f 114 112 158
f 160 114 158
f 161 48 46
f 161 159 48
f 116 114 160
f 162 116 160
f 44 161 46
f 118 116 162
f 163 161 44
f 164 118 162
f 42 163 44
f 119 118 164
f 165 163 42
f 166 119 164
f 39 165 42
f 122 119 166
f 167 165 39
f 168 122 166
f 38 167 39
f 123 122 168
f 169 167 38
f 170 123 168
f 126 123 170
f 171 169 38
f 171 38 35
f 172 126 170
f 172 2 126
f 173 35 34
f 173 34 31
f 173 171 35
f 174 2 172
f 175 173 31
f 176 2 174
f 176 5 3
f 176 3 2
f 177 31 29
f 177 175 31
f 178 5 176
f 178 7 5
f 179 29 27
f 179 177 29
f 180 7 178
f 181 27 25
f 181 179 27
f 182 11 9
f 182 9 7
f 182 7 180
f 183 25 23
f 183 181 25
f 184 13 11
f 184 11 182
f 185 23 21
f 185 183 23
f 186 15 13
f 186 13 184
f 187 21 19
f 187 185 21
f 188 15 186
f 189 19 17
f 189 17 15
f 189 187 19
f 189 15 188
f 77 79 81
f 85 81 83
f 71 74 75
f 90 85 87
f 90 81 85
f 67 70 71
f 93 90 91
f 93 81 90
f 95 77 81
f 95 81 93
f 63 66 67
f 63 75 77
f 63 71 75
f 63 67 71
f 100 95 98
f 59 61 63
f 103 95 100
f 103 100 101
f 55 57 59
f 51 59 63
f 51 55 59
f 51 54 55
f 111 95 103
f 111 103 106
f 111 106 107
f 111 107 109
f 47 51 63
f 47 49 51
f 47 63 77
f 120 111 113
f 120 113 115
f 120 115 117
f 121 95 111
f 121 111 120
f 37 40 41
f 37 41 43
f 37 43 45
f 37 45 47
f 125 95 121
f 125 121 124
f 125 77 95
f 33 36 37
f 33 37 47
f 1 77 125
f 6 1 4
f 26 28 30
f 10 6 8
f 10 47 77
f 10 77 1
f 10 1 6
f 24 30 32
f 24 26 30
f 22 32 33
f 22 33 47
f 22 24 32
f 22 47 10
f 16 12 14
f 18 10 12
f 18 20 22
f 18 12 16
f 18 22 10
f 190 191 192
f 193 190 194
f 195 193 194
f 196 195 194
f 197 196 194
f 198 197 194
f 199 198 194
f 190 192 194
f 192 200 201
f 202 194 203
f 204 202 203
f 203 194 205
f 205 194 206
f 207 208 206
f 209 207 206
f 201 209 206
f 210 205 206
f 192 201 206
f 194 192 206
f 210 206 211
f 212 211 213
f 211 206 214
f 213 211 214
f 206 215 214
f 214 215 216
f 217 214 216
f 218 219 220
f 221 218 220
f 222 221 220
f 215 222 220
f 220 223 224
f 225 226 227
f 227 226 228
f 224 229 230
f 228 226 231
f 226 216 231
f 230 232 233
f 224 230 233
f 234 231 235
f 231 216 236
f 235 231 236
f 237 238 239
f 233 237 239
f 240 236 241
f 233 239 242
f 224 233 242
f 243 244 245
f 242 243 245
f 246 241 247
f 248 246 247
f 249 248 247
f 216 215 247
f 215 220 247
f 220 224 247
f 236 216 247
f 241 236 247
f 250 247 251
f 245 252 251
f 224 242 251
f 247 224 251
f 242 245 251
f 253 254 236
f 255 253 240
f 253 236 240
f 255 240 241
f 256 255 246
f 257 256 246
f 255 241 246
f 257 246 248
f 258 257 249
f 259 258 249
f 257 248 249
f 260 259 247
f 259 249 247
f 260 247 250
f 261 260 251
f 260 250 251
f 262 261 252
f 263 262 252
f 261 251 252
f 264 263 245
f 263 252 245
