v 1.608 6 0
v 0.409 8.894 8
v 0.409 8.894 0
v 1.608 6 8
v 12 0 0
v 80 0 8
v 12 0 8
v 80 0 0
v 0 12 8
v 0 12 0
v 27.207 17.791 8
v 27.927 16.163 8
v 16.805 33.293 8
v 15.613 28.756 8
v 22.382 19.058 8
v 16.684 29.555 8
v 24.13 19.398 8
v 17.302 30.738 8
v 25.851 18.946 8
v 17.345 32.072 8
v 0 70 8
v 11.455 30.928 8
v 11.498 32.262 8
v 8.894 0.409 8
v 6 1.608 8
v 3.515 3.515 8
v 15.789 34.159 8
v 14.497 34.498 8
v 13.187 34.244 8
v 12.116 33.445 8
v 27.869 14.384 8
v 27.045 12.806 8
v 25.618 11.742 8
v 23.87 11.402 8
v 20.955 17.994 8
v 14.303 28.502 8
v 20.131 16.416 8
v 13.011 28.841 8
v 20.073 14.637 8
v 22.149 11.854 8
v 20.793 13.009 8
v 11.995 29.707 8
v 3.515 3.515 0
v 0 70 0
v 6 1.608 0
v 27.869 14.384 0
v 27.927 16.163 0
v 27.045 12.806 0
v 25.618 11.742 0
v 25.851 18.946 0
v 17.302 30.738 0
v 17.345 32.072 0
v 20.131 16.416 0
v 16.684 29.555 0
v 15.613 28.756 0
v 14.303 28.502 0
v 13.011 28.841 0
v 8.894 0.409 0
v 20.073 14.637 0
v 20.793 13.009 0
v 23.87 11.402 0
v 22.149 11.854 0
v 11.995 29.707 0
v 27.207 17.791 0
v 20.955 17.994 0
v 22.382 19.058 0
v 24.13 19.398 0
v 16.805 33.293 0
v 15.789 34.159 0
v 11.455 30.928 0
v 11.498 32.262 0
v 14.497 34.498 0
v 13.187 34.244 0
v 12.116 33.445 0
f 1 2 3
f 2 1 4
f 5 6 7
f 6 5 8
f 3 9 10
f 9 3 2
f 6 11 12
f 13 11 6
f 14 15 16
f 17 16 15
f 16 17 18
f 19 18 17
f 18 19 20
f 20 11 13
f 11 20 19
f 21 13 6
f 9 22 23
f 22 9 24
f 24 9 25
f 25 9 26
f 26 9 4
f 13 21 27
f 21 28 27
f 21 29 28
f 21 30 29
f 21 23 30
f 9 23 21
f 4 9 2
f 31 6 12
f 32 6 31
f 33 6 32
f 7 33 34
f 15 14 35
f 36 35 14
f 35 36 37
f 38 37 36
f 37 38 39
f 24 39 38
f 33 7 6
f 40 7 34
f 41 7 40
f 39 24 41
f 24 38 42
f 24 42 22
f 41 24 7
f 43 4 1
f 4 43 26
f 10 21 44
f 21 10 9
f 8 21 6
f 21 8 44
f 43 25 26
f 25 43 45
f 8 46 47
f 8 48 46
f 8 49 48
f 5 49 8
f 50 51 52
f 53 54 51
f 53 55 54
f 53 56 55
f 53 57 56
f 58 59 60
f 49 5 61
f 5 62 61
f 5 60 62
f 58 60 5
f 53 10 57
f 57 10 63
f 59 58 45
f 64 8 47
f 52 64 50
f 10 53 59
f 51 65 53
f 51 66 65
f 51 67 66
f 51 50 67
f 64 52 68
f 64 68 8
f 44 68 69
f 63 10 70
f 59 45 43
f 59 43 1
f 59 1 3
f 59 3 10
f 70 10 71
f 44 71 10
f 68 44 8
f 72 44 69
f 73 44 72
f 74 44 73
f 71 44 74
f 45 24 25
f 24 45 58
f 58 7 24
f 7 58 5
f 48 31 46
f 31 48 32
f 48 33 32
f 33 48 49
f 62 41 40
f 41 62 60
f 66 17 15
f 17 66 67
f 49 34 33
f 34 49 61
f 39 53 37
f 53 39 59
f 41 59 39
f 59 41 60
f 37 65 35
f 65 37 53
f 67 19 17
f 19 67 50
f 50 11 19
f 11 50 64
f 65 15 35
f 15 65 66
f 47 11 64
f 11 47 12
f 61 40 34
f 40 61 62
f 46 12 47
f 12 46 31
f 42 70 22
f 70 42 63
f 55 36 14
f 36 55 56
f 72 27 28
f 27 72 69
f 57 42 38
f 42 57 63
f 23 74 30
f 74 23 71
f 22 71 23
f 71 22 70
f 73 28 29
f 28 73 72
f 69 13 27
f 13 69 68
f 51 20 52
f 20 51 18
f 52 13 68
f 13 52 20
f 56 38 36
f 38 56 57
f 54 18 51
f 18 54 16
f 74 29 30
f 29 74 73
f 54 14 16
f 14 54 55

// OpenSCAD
$fn = 32;

// ----------------------------------------------------------------------
// Bracket plate: corner pad 80 x 70, fillet R12
// ----------------------------------------------------------------------

// --- parameters (mm) ---
hole_r = 3;               // bolt hole radius
plate_t = 8;              // plate thickness, Z (extrusion height)
leg_a = 80;               // base leg
leg_b = 70;               // height leg
fillet_r = 12;            // right-angle fillet radius

hole_d1 = 2 * hole_r + 2;
hole_d2 = 2 * hole_r;

profile = [[12, 0], [80, 0], [0, 70], [0, 12], [0.409, 8.894], [1.608, 6], [3.515, 3.515], [6, 1.608], [8.894, 0.409]];  // primary outline, 9 points, counter clockwise
void_1 = [[27.927, 16.163], [27.207, 17.791], [25.851, 18.946], [24.13, 19.398], [22.382, 19.058], [20.955, 17.994], [20.131, 16.416], [20.073, 14.637], [20.793, 13.009], [22.149, 11.854], [23.87, 11.402], [25.618, 11.742], [27.045, 12.806], [27.869, 14.384]];  // mount hole 1, 14 points
void_2 = [[17.345, 32.072], [16.805, 33.293], [15.789, 34.159], [14.497, 34.498], [13.187, 34.244], [12.116, 33.445], [11.498, 32.262], [11.455, 30.928], [11.995, 29.707], [13.011, 28.841], [14.303, 28.502], [15.613, 28.756], [16.684, 29.555], [17.302, 30.738]];  // mount hole 2, 14 points

// --- the one profile operation ---
difference() {
  linear_extrude(height = plate_t) polygon(points = profile);
  translate([0, 0, -1])
    linear_extrude(height = plate_t + 2) polygon(points = void_1);
  translate([0, 0, -1])
    linear_extrude(height = plate_t + 2) polygon(points = void_2);
}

THE TASK: Output the material above exactly, but only from the line that carries "f 263 252 245" through the line that carries "v 24.13 19.398 8".

EXERCISE RESPONSE:
f 263 252 245
v 1.608 6 0
v 0.409 8.894 8
v 0.409 8.894 0
v 1.608 6 8
v 12 0 0
v 80 0 8
v 12 0 8
v 80 0 0
v 0 12 8
v 0 12 0
v 27.207 17.791 8
v 27.927 16.163 8
v 16.805 33.293 8
v 15.613 28.756 8
v 22.382 19.058 8
v 16.684 29.555 8
v 24.13 19.398 8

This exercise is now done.